Euro: The ECB found it hard to follow the Fed and the BOE in raising rates. The ECB's speeches in late 2021 and early 2022 showed some caution in taking any action in this regard, because they considered inflation to be transitory in nature, and probably even if they did not say so, they feared that fragile post-pandemic economic growth would be destroyed by an early rate hike. This discourse has changed dramatically during 2022 and already at their last meeting in December, after raising 50 basis points following the Fed's lead, they sent a clear "hawkish" message indicating the importance of controlling inflation. Where the necessary measures would be taken in terms of rates to control it. Despite this "late" reaction by the ECB, they have raised rates by 250 basis points, reaching, for now, the highest rates in 14 years. Inflation in Europe has also shown signs of easing, but less than in the US, and stood at +10.1% in November. Far from the +2% target and distant from the US +7.1%. As for the +2% target, according to ECB forecasts, it will still take a couple of years to reach it, as they expect average inflation in the euro area to be +6.3% in 2023, +3.4% in 2024, and +2.3% in 2025. In any case, the euro has also benefited from the weakness of the US dollar and the pound in recent months to gain momentum. Another aspect that has improved expectations, in part, for the European?economy is the fall in energy prices in recent months, which could mean that in the event of a recession, which many already believe to be certain if it occurs, it will be milder than expected a few months ago. This, together with the ECB's stance in the last stretch of the year has served as support for the euro.

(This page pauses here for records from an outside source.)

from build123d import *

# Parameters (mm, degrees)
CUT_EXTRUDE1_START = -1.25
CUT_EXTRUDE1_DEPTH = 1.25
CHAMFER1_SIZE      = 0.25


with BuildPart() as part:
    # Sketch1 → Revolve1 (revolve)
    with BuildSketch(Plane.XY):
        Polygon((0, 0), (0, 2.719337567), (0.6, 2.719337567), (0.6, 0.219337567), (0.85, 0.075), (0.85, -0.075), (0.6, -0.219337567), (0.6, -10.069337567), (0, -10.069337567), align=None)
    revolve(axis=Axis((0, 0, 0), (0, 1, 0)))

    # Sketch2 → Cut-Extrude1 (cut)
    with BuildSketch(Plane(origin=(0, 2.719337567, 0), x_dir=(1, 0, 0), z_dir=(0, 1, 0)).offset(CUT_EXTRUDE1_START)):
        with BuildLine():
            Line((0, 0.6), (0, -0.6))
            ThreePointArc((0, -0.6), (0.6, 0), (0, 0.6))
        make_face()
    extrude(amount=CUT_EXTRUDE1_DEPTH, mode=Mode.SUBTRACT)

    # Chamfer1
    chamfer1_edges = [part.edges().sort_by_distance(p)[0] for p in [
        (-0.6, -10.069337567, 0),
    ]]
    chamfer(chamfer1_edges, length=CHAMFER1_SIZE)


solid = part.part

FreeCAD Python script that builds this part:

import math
import FreeCAD as App
import Part
import Sketcher
Q = App.Units.Quantity


def edges_at(feature, points):
    """Names of the edges that pass closest to the given points."""
    edges = feature.Shape.Edges
    near = lambda p: min(range(len(edges)), key=lambda i: edges[i].distToShape(Part.Vertex(*p))[0])
    return sorted({f"Edge{near(p) + 1}" for p in points})


def add_polygon(sketch, points):
    """Adds a closed chain of lines whose ends are joined by coincident constraints."""
    first, n = sketch.GeometryCount, len(points)
    for a, b in zip(points, points[1:] + points[:1]):
        sketch.addGeometry(Part.LineSegment(App.Vector(*a, 0), App.Vector(*b, 0)), False)
    for i in range(n):
        sketch.addConstraint(Sketcher.Constraint("Coincident", first + i, 2, first + (i + 1) % n, 1))

doc = App.newDocument("Part")
body = doc.addObject("PartDesign::Body", "Body")

sketch1 = body.newObject("Sketcher::SketchObject", "Sketch")
sketch1.AttachmentSupport = (doc.getObject("XY_Plane"), [""])
sketch1.MapMode = "FlatFace"
add_polygon(sketch1, [(0, 2.719338), (0, -10.069338), (0.6, -10.069338), (0.6, -0.219338), (0.85, -0.075), (0.85, 0.075), (0.6, 0.219338), (0.6, 2.719338)])
sketch1.addConstraint([
    Sketcher.Constraint("Vertical", 0),
    Sketcher.Constraint("Horizontal", 1),
    Sketcher.Constraint("Vertical", 2),
    Sketcher.Constraint("Vertical", 4),
    Sketcher.Constraint("Vertical", 6),
    Sketcher.Constraint("Horizontal", 7),
    Sketcher.Constraint("Symmetric", 2, 2, 5, 2, -1),
    Sketcher.Constraint("PointOnObject", 0, 2, -2),
    Sketcher.Constraint("Equal", 3, 5),
    Sketcher.Constraint("Angle", 3, Q("30 deg")),
    Sketcher.Constraint("DistanceX", 1, 1, 1, 2, 0.6),
    Sketcher.Constraint("DistanceY", 6, 1, 6, 2, 2.5),
    Sketcher.Constraint("DistanceY", 2, 1, 2, 2, 9.85),
    Sketcher.Constraint("DistanceY", 4, 1, 4, 2, 0.15),
    Sketcher.Constraint("DistanceX", -1, 1, 3, 2, 0.85),
])
revolution = body.newObject("PartDesign::Revolution", "Revolution")
revolution.Profile = sketch1
revolution.ReferenceAxis = (sketch1, ["V_Axis"])
revolution.Angle = 360

sketch2 = body.newObject("Sketcher::SketchObject", "Sketch001")
sketch2.AttachmentSupport = (doc.getObject("XZ_Plane"), [""])
sketch2.MapMode = "FlatFace"
sketch2.AttachmentOffset = App.Placement(App.Vector(0, 0, -1.469338), App.Rotation())
sketch2.addGeometry([
    Part.LineSegment(App.Vector(0, -0.6, 0), App.Vector(0, 0.6, 0)),
    Part.ArcOfCircle(Part.Circle(App.Vector(0, 0, 0), App.Vector(0, 0, 1), 0.6), math.radians(-90), math.radians(90)),
], False)
sketch2.addConstraint([
    Sketcher.Constraint("Coincident", 0, 1, 1, 1),
    Sketcher.Constraint("Coincident", 1, 2, 0, 2),
    Sketcher.Constraint("Vertical", 0),
    Sketcher.Constraint("Coincident", 1, 3, -1, 1),
    Sketcher.Constraint("PointOnObject", 0, 1, -2),
    Sketcher.Constraint("Radius", 1, 0.6),
])
pocket1 = body.newObject("PartDesign::Pocket", "Pocket")
pocket1.Profile = sketch2
pocket1.Length = 1.25
doc.recompute()

chamfer = body.newObject("PartDesign::Chamfer", "Chamfer")
chamfer.Base = (pocket1, edges_at(pocket1, [(-0.6, -10.069, 0)]))
chamfer.Size = 0.25

doc.recompute()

GBP: Of the three currencies analyzed, sterling has been the most volatile during 2022. Successive episodes on Downing Street brought considerable volatility during Boris Johnson's command and reached their volatile peak during Liz Truss's short stay as British Prime Minister. The BOE began to follow the Fed's lead in hiking interest rates early on, with less aggressive but more consistent hikes. The main issue is the doubts generated by the British economy, due to high inflation, and the markets' understanding that interest rate hikes, which they find at +3.5%, could deepen. Of the three central banks, the BOE certainly showed more signs of starting to halt rate hikes in the immediate future than the others. In fact, in the last votes within the Bank of England, there were supporters of not raising rates at the last meeting. As for inflation, it fell to +10.7 in November after reaching a 41-year high in October. The beginning of the road, although far from the BOE's target.

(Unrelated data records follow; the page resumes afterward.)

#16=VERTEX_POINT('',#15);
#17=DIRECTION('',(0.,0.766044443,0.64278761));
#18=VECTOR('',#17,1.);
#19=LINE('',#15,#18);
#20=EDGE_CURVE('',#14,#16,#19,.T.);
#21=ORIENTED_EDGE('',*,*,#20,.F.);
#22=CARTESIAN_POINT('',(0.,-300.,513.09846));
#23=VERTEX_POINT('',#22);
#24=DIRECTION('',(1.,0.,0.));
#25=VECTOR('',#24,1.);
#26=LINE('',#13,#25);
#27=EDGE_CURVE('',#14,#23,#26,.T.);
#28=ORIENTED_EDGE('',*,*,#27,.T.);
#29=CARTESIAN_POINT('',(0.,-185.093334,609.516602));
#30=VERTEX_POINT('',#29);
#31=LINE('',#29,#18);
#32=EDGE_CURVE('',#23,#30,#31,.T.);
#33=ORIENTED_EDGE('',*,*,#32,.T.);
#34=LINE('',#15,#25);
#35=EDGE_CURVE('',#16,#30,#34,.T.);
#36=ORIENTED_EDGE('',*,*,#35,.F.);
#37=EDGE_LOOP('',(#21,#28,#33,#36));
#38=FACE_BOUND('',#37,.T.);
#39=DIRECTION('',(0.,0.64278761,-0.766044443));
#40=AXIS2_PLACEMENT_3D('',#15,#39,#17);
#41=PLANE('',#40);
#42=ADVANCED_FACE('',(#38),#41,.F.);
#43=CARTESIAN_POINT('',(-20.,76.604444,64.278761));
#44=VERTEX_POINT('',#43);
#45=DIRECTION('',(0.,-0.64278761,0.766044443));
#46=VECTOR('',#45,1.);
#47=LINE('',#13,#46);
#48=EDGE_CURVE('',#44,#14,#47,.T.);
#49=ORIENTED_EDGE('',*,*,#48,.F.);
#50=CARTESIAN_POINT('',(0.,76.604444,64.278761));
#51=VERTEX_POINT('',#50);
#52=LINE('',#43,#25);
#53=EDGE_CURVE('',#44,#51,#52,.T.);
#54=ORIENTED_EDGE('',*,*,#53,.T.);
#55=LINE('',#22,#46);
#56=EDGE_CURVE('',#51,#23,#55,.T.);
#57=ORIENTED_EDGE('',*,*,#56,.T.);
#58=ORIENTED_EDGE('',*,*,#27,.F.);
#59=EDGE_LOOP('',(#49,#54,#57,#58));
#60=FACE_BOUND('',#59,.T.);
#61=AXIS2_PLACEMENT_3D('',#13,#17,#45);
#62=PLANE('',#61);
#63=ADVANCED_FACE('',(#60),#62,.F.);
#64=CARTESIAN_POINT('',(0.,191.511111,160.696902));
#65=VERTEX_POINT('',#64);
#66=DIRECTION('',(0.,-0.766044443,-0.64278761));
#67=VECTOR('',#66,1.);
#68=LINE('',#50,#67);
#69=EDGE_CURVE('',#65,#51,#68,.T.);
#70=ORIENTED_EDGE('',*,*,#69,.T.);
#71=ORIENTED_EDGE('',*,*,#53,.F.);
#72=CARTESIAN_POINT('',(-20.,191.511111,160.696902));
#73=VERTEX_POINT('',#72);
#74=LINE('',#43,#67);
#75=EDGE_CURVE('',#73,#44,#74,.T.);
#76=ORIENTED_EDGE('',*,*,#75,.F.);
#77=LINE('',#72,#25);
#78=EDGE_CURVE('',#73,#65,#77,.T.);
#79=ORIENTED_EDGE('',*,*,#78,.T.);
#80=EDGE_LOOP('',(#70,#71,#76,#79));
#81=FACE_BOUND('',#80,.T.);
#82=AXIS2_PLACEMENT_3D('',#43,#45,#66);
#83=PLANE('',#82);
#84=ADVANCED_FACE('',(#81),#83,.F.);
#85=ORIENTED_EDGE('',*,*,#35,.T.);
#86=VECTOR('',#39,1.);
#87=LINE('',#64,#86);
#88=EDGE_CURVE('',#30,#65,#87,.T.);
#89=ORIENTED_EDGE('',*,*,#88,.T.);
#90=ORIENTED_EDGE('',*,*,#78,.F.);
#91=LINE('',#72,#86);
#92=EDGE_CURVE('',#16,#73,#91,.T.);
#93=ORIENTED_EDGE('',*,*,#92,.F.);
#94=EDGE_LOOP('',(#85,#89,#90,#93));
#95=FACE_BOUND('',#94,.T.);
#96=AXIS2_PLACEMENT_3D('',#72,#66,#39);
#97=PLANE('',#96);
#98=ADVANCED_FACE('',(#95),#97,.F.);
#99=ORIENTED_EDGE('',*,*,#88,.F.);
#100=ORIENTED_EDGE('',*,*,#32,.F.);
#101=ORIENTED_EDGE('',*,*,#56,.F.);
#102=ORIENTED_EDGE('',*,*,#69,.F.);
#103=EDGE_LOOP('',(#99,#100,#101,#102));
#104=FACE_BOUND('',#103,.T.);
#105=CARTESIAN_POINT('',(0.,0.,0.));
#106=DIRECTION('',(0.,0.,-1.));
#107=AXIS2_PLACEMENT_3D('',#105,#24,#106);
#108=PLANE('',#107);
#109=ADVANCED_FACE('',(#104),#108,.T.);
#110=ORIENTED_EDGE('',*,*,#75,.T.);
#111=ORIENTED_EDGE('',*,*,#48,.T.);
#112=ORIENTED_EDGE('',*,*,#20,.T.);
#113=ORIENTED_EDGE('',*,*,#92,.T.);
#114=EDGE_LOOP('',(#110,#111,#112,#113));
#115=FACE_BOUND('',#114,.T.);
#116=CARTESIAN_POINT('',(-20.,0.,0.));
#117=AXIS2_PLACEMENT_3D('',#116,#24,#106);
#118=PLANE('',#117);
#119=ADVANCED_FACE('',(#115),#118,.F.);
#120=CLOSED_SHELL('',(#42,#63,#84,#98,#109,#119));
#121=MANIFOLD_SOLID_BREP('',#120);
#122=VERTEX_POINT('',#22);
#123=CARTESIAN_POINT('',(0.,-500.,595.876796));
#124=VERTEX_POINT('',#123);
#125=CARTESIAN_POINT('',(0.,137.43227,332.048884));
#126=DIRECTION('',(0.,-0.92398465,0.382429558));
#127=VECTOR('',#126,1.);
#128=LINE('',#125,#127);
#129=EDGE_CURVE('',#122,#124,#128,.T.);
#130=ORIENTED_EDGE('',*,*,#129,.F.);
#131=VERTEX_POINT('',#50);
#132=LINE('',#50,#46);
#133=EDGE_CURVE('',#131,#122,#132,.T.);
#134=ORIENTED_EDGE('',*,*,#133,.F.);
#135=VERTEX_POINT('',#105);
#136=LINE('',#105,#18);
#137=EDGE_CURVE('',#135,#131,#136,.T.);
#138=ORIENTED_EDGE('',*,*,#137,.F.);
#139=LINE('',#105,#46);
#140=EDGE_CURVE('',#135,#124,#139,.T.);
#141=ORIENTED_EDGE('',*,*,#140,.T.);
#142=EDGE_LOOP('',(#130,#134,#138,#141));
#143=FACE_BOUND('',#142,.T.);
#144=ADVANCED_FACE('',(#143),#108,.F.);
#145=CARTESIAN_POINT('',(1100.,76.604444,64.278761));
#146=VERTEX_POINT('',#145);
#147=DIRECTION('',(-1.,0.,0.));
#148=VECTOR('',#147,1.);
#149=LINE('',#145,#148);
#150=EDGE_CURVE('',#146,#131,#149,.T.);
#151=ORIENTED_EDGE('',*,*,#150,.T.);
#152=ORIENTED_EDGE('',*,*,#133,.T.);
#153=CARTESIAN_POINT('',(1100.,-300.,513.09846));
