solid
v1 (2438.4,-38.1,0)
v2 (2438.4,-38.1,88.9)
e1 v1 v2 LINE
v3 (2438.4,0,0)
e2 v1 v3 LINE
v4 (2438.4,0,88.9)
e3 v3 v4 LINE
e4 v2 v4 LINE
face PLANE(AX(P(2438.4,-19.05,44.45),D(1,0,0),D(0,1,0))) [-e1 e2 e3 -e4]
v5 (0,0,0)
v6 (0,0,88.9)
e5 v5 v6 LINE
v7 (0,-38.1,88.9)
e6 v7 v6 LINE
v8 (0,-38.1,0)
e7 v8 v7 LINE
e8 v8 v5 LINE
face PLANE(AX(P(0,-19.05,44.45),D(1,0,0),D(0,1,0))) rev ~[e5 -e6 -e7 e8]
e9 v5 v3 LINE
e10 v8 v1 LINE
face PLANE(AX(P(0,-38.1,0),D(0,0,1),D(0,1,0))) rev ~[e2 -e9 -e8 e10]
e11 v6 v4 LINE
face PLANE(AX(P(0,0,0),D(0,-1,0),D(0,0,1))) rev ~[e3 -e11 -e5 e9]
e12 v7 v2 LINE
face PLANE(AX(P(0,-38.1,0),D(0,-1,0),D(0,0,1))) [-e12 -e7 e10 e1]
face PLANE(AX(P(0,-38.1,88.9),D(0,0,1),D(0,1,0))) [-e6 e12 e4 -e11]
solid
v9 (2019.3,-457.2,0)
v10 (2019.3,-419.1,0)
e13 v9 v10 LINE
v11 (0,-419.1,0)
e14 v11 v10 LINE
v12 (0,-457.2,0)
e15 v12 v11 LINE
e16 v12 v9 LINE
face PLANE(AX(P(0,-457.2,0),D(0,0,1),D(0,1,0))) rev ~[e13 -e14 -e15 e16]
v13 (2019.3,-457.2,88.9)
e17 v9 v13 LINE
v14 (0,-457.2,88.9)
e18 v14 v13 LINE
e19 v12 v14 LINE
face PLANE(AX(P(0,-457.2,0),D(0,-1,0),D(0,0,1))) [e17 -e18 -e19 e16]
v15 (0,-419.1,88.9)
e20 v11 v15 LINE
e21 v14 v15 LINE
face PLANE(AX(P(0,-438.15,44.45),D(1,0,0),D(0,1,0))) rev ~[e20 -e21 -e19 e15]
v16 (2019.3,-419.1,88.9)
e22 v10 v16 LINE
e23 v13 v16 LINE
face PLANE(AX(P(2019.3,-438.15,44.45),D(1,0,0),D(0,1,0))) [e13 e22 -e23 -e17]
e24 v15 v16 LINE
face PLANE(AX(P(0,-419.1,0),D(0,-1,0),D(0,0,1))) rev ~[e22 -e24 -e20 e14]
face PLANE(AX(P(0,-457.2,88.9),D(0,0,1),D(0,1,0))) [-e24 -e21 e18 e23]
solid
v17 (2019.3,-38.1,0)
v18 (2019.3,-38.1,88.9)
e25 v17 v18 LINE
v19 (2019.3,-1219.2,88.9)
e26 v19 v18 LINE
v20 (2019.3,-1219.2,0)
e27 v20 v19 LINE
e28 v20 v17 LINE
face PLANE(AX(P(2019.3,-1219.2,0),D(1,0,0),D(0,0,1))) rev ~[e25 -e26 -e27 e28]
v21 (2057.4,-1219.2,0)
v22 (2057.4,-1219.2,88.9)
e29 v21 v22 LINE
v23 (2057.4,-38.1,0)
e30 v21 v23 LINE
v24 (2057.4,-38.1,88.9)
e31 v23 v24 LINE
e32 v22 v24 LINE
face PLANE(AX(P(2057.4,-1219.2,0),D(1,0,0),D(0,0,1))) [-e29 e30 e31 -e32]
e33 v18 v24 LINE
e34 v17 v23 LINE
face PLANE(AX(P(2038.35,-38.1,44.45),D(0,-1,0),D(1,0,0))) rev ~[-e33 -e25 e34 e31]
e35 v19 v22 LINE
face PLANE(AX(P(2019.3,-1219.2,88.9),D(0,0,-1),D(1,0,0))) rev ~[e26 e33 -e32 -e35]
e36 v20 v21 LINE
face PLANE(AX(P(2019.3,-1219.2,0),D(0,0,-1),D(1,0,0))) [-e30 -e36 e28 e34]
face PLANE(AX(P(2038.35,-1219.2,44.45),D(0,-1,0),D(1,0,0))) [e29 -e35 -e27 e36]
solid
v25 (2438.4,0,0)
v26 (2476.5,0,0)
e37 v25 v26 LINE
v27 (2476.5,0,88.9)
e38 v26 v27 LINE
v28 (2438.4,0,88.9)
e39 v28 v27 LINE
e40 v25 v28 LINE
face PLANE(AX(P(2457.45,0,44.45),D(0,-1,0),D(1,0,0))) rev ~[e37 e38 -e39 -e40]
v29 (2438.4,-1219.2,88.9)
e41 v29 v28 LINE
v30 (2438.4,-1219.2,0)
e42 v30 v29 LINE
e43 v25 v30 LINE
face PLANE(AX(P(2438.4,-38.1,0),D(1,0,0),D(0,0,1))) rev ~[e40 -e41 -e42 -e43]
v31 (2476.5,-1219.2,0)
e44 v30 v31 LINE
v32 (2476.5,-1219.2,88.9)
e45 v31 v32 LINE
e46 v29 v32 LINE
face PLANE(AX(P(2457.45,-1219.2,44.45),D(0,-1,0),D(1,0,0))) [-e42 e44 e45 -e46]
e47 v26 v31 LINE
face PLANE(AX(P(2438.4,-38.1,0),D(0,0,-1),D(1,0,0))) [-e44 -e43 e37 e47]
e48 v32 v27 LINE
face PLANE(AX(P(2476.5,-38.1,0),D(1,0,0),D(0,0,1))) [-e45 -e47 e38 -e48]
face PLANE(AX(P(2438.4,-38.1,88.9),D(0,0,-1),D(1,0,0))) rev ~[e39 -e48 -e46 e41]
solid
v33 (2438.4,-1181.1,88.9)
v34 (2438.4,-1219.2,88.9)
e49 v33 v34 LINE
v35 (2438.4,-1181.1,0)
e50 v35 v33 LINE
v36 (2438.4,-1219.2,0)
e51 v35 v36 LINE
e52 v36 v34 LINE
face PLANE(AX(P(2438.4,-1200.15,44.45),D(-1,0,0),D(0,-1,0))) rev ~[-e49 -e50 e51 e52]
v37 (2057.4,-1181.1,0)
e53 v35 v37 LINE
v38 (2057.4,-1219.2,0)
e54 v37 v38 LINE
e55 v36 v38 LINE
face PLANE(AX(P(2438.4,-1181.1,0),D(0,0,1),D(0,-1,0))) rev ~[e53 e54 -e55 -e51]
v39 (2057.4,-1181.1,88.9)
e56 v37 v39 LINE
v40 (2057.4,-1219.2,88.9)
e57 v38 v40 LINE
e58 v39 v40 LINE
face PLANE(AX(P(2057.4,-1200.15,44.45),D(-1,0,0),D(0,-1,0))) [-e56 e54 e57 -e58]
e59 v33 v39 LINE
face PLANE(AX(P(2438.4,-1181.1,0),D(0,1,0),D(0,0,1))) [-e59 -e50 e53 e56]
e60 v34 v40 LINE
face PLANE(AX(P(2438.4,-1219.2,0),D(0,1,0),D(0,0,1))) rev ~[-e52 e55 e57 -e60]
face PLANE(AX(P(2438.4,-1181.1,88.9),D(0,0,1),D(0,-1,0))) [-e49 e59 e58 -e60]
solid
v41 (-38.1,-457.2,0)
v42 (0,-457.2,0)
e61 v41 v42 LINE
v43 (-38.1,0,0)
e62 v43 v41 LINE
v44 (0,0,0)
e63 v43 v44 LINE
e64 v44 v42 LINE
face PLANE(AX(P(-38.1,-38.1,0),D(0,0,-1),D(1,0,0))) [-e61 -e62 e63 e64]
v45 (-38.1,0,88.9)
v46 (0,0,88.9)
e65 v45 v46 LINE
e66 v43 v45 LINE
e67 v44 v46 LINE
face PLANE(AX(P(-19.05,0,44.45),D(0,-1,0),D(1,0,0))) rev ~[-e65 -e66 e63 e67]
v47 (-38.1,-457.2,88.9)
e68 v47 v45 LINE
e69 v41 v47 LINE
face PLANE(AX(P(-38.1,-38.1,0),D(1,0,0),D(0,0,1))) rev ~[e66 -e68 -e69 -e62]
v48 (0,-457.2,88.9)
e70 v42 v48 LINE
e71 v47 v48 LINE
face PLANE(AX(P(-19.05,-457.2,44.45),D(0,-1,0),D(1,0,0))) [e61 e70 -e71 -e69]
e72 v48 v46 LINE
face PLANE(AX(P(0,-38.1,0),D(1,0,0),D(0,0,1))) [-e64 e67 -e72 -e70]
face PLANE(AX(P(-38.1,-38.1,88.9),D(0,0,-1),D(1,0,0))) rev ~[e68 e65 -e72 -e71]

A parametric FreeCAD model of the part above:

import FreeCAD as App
import Part
import Sketcher
Q = App.Units.Quantity


def add_polygon(sketch, points):
    """Adds a closed chain of lines whose ends are joined by coincident constraints."""
    first, n = sketch.GeometryCount, len(points)
    for a, b in zip(points, points[1:] + points[:1]):
        sketch.addGeometry(Part.LineSegment(App.Vector(*a, 0), App.Vector(*b, 0)), False)
    for i in range(n):
        sketch.addConstraint(Sketcher.Constraint("Coincident", first + i, 2, first + (i + 1) % n, 1))

doc = App.newDocument("Part")
body = doc.addObject("PartDesign::Body", "Body")

# Sketch on YZ plane
sketch1 = body.newObject("Sketcher::SketchObject", "Sketch")
sketch1.AttachmentSupport = (doc.getObject("YZ_Plane"), [""])
sketch1.MapMode = "FlatFace"
add_polygon(sketch1, [(-38, 89), (-38, 0), (0, 0), (0, 89)])  # lines 0-3
sketch1.addConstraint([
    Sketcher.Constraint("Vertical", 0),
    Sketcher.Constraint("Horizontal", 1),
    Sketcher.Constraint("Vertical", 2),
    Sketcher.Constraint("Horizontal", 3),
    Sketcher.Constraint("Coincident", 1, 2, -1, 1),
    Sketcher.Constraint("DistanceX", 1, 1, 1, 2, Q("1.5 in")),
    Sketcher.Constraint("DistanceY", 0, 2, 0, 1, Q("3.5 in")),
])
pad1 = body.newObject("PartDesign::Pad", "Pad")
pad1.Profile = sketch1
pad1.Length = Q("96 in")
body2 = doc.addObject("PartDesign::Body", "Body001")

# Sketch on XZ plane
sketch2 = body2.newObject("Sketcher::SketchObject", "Sketch001")
sketch2.AttachmentSupport = (doc.getObject("XZ_Plane001"), [""])
sketch2.MapMode = "FlatFace"
sketch2.AttachmentOffset = App.Placement(App.Vector(0, 0, 1.5 * 25.4), App.Rotation())
add_polygon(sketch2, [(-38, 89), (-38, 0), (0, 0), (0, 89)])  # lines 0-3
sketch2.addConstraint([
    Sketcher.Constraint("Vertical", 0),
    Sketcher.Constraint("Horizontal", 1),
    Sketcher.Constraint("Vertical", 2),
    Sketcher.Constraint("Horizontal", 3),
    Sketcher.Constraint("Coincident", 1, 2, -1, 1),
    Sketcher.Constraint("DistanceX", 1, 1, 1, 2, Q("1.5 in")),
    Sketcher.Constraint("DistanceY", 0, 2, 0, 1, Q("3.5 in")),
])
pad2 = body2.newObject("PartDesign::Pad", "Pad001")
pad2.Profile = sketch2
pad2.Type = "TwoLengths"
pad2.Length = Q("16.5 in")
pad2.Length2 = Q("1.5 in")
body3 = doc.addObject("PartDesign::Body", "Body002")

# Sketch on YZ plane
sketch3 = body3.newObject("Sketcher::SketchObject", "Sketch002")
sketch3.AttachmentSupport = (doc.getObject("YZ_Plane002"), [""])
sketch3.MapMode = "FlatFace"
add_polygon(sketch3, [(-457, 89), (-457, 0), (-419, 0), (-419, 89)])  # lines 0-3
sketch3.addConstraint([
    Sketcher.Constraint("Vertical", 0),
    Sketcher.Constraint("Horizontal", 1),
    Sketcher.Constraint("Vertical", 2),
    Sketcher.Constraint("Horizontal", 3),
    Sketcher.Constraint("PointOnObject", 0, 2, -1),
    Sketcher.Constraint("DistanceX", 1, 1, 1, 2, Q("1.5 in")),
    Sketcher.Constraint("DistanceY", 0, 2, 0, 1, Q("3.5 in")),
    Sketcher.Constraint("DistanceX", 0, 2, -1, 1, Q("18 in")),
])
pad3 = body3.newObject("PartDesign::Pad", "Pad002")
pad3.Profile = sketch3
pad3.Length = Q("79.5 in")
body4 = doc.addObject("PartDesign::Body", "Body003")

# Sketch on XZ plane
sketch4 = body4.newObject("Sketcher::SketchObject", "Sketch003")
sketch4.AttachmentSupport = (doc.getObject("XZ_Plane003"), [""])
sketch4.MapMode = "FlatFace"
sketch4.AttachmentOffset = App.Placement(App.Vector(0, 0, 1.5 * 25.4), App.Rotation())
add_polygon(sketch4, [(2438, 89), (2438, 0), (2476, 0), (2476, 89)])  # lines 0-3
sketch4.addConstraint([
    Sketcher.Constraint("Vertical", 0),
    Sketcher.Constraint("Horizontal", 1),
    Sketcher.Constraint("Vertical", 2),
    Sketcher.Constraint("Horizontal", 3),
    Sketcher.Constraint("PointOnObject", 0, 2, -1),
    Sketcher.Constraint("DistanceX", 1, 1, 1, 2, Q("1.5 in")),
    Sketcher.Constraint("DistanceY", 0, 2, 0, 1, Q("3.5 in")),
    Sketcher.Constraint("DistanceX", -1, 1, 0, 2, Q("96 in")),
])
pad4 = body4.newObject("PartDesign::Pad", "Pad003")
pad4.Profile = sketch4
pad4.Type = "TwoLengths"
pad4.Length = Q("46.5 in")
pad4.Length2 = Q("1.5 in")
body5 = doc.addObject("PartDesign::Body", "Body004")

# Sketch on YZ plane
sketch5 = body5.newObject("Sketcher::SketchObject", "Sketch004")
sketch5.AttachmentSupport = (doc.getObject("YZ_Plane004"), [""])
sketch5.MapMode = "FlatFace"
sketch5.AttachmentOffset = App.Placement(App.Vector(0, 0, 96 * 25.4), App.Rotation())
add_polygon(sketch5, [(-1181, 89), (-1181, 0), (-1219, 0), (-1219, 89)])  # lines 0-3
sketch5.addConstraint([
    Sketcher.Constraint("Vertical", 0),
    Sketcher.Constraint("Horizontal", 1),
    Sketcher.Constraint("Vertical", 2),
    Sketcher.Constraint("Horizontal", 3),
    Sketcher.Constraint("PointOnObject", 0, 2, -1),
    Sketcher.Constraint("DistanceX", 1, 2, 1, 1, Q("1.5 in")),
    Sketcher.Constraint("DistanceY", 0, 2, 0, 1, Q("3.5 in")),
    Sketcher.Constraint("DistanceX", 1, 2, -1, 1, Q("48 in")),
])
pad5 = body5.newObject("PartDesign::Pad", "Pad004")
pad5.Profile = sketch5
pad5.Length = Q("15 in")
pad5.Reversed = True
body6 = doc.addObject("PartDesign::Body", "Body005")

# Sketch on XZ plane
sketch6 = body6.newObject("Sketcher::SketchObject", "Sketch005")
sketch6.AttachmentSupport = (doc.getObject("XZ_Plane005"), [""])
sketch6.MapMode = "FlatFace"
sketch6.AttachmentOffset = App.Placement(App.Vector(0, 0, 48 * 25.4), App.Rotation())
add_polygon(sketch6, [(2019, 89), (2019, 0), (2057, 0), (2057, 89)])  # lines 0-3
sketch6.addConstraint([
    Sketcher.Constraint("Vertical", 0),
    Sketcher.Constraint("Horizontal", 1),
    Sketcher.Constraint("Vertical", 2),
    Sketcher.Constraint("Horizontal", 3),
    Sketcher.Constraint("PointOnObject", 0, 2, -1),
    Sketcher.Constraint("DistanceX", 1, 1, 1, 2, Q("1.5 in")),
    Sketcher.Constraint("DistanceY", 0, 2, 0, 1, Q("3.5 in")),
    Sketcher.Constraint("DistanceX", -1, 1, 1, 2, Q("81 in")),
])
pad6 = body6.newObject("PartDesign::Pad", "Pad005")
pad6.Profile = sketch6
pad6.Length = Q("46.5 in")
pad6.Reversed = True

doc.recompute()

Cacao Production Countries
Ivory Coast
Cocoa arrivals at ports in the World’s top grower reached 1.259 million tonnes by 1st January since the start of the season on the 1st of October, up +13.7% from the same period last year. Ivory Coast’s cocoa grindings were 55,248 tonnes in November, up +5.1% YoY. Total grind from the start of the 2022/23 season in October reached 113,803 tonnes by the end of November, up 6,9% from the same period last year.
Ghana
More news about the dramatic situation of Ghana’s economy appears this month. Their interest payments currently cost between +70% and +100% of government revenues.
Other producing countries/regions:
Ecuador – No further news available
Cameroon – No further news available
Nigeria
Nigeria exported 16.013 tonnes of raw cocoa beans in October, down -21.5% from the same period last year.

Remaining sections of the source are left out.